WHAT YOU SHOULD DO
Nothing but the lines from the one containing "line L4 (-12.1108, -1.6671)" through the one containing "point P0 (0, 0)", both included, should be given again, each exactly as written below.

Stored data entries

========

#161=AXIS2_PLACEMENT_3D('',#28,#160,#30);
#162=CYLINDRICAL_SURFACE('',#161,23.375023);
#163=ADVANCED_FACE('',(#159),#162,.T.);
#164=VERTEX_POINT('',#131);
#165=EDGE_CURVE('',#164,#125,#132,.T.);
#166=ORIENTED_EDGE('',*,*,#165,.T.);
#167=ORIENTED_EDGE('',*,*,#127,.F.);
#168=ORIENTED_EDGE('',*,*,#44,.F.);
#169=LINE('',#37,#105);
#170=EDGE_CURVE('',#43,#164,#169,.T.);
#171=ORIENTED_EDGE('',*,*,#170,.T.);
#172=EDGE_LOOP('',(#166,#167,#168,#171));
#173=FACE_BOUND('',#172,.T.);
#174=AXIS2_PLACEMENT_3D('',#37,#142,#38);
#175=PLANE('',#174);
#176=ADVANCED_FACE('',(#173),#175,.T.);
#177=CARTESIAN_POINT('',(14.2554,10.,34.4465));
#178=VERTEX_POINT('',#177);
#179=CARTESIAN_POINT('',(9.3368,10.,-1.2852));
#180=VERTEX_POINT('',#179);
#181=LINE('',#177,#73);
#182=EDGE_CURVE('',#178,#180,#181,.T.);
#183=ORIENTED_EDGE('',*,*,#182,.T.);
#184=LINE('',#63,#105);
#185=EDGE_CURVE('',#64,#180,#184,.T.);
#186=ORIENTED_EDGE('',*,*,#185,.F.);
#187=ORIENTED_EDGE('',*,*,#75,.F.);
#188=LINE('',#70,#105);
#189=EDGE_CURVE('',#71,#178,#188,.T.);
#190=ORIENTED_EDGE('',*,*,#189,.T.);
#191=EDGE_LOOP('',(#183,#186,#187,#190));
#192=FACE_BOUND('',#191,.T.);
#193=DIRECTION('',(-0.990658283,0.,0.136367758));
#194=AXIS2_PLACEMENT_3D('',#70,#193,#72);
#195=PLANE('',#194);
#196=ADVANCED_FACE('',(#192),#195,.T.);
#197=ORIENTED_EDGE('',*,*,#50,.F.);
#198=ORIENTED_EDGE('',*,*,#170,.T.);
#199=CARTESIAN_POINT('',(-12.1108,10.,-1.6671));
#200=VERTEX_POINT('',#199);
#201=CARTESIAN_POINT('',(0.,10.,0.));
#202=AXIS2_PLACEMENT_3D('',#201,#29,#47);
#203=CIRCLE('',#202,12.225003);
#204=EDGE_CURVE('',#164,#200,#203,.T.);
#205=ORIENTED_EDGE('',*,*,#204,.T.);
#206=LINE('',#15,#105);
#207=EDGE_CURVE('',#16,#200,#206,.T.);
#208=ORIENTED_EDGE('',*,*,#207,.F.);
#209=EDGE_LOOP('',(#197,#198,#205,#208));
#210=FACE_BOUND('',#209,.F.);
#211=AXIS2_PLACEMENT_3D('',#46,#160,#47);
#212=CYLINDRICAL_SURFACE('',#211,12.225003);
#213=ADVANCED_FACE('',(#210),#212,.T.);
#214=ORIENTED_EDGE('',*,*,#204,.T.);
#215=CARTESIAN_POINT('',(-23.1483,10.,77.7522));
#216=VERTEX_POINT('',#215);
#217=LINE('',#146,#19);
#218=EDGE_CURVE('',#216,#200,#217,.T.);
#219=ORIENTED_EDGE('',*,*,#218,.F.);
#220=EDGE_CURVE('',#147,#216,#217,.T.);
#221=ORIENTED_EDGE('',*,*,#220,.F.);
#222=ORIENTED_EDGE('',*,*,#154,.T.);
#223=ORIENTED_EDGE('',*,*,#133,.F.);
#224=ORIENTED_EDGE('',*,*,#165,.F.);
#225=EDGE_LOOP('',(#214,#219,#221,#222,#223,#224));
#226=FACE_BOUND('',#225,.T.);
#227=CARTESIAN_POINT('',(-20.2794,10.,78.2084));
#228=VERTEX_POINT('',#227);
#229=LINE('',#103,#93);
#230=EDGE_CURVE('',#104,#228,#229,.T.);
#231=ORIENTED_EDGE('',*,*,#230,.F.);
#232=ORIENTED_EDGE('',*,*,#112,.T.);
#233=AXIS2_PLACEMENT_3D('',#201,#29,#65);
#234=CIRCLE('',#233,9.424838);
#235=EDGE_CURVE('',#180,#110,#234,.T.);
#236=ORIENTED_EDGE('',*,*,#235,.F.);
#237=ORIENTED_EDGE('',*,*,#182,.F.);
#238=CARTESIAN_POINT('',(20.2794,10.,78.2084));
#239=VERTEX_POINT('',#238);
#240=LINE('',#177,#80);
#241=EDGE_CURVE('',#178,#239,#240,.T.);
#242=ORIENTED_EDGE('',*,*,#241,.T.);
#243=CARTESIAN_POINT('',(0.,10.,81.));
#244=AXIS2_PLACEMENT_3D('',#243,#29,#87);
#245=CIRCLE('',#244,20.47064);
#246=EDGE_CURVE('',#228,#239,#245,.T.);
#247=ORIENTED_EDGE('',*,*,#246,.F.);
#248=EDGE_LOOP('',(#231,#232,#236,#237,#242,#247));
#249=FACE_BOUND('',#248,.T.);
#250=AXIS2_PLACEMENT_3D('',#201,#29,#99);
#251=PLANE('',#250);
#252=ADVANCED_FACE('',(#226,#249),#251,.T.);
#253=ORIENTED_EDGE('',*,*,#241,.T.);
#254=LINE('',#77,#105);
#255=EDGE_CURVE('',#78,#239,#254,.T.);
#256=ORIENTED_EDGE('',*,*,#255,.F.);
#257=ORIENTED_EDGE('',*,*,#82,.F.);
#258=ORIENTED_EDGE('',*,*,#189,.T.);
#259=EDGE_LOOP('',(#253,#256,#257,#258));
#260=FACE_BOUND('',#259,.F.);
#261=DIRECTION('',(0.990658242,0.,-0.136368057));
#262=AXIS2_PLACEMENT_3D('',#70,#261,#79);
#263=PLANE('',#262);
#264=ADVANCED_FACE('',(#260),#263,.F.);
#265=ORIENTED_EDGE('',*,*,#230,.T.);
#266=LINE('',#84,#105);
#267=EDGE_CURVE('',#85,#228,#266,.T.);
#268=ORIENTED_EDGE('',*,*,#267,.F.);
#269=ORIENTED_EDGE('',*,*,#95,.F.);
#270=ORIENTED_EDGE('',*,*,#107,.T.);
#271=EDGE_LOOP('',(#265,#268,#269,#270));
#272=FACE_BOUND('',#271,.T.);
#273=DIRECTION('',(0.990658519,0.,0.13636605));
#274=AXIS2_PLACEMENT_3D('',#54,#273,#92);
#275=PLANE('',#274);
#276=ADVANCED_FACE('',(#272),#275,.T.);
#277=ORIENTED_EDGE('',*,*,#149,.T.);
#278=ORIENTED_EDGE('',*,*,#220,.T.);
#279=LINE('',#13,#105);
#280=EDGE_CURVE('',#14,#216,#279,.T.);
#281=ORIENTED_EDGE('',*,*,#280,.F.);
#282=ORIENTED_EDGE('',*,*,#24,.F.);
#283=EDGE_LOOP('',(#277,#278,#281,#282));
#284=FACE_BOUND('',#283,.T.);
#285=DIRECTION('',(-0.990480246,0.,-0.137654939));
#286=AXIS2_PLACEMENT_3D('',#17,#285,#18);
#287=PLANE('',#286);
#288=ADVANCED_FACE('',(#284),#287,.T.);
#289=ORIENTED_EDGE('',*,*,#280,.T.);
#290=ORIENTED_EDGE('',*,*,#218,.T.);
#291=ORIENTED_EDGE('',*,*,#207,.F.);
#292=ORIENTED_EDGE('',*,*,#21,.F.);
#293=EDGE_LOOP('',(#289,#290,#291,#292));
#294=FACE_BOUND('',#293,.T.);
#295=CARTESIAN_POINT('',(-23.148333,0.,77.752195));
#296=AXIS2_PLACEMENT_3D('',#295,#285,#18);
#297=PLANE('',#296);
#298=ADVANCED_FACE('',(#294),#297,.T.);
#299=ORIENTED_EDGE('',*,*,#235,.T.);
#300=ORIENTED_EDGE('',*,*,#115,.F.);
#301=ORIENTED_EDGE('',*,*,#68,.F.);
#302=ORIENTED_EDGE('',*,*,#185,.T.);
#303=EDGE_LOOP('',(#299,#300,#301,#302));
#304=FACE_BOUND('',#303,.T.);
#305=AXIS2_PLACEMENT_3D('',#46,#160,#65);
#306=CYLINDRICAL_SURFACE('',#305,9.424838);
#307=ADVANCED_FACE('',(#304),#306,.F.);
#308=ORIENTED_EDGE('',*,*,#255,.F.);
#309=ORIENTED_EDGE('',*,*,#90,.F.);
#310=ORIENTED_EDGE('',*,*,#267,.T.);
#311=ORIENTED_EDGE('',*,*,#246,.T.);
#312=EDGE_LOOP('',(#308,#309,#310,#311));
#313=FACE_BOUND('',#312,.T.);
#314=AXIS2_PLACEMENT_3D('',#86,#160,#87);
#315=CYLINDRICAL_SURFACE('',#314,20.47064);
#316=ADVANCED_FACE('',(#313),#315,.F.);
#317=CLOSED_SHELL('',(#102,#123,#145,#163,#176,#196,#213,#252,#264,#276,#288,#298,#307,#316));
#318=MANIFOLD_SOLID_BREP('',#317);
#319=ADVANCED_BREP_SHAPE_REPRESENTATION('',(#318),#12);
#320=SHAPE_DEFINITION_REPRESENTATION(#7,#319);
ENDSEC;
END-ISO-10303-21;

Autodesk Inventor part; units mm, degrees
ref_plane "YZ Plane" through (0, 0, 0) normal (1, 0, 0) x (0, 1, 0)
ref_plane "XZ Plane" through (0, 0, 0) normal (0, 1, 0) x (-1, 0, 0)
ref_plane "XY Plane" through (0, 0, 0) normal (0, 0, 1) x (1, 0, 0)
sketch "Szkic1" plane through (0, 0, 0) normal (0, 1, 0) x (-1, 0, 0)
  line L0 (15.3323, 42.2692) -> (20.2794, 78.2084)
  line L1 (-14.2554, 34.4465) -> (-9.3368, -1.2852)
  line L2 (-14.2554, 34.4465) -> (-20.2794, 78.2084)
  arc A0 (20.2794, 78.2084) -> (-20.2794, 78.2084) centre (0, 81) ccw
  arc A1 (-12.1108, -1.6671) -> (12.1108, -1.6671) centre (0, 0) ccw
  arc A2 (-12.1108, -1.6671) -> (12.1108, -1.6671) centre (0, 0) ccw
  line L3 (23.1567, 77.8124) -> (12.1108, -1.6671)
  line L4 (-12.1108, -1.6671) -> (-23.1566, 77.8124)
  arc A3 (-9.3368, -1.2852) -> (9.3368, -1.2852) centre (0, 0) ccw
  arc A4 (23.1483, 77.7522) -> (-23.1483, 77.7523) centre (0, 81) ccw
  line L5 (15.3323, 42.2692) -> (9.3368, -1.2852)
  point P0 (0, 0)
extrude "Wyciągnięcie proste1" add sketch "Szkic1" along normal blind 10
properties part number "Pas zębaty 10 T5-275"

========

ANSWER FOR THE TASK
  line L4 (-12.1108, -1.6671) -> (-23.1566, 77.8124)
  arc A3 (-9.3368, -1.2852) -> (9.3368, -1.2852) centre (0, 0) ccw
  arc A4 (23.1483, 77.7522) -> (-23.1483, 77.7523) centre (0, 81) ccw
  line L5 (15.3323, 42.2692) -> (9.3368, -1.2852)
  point P0 (0, 0)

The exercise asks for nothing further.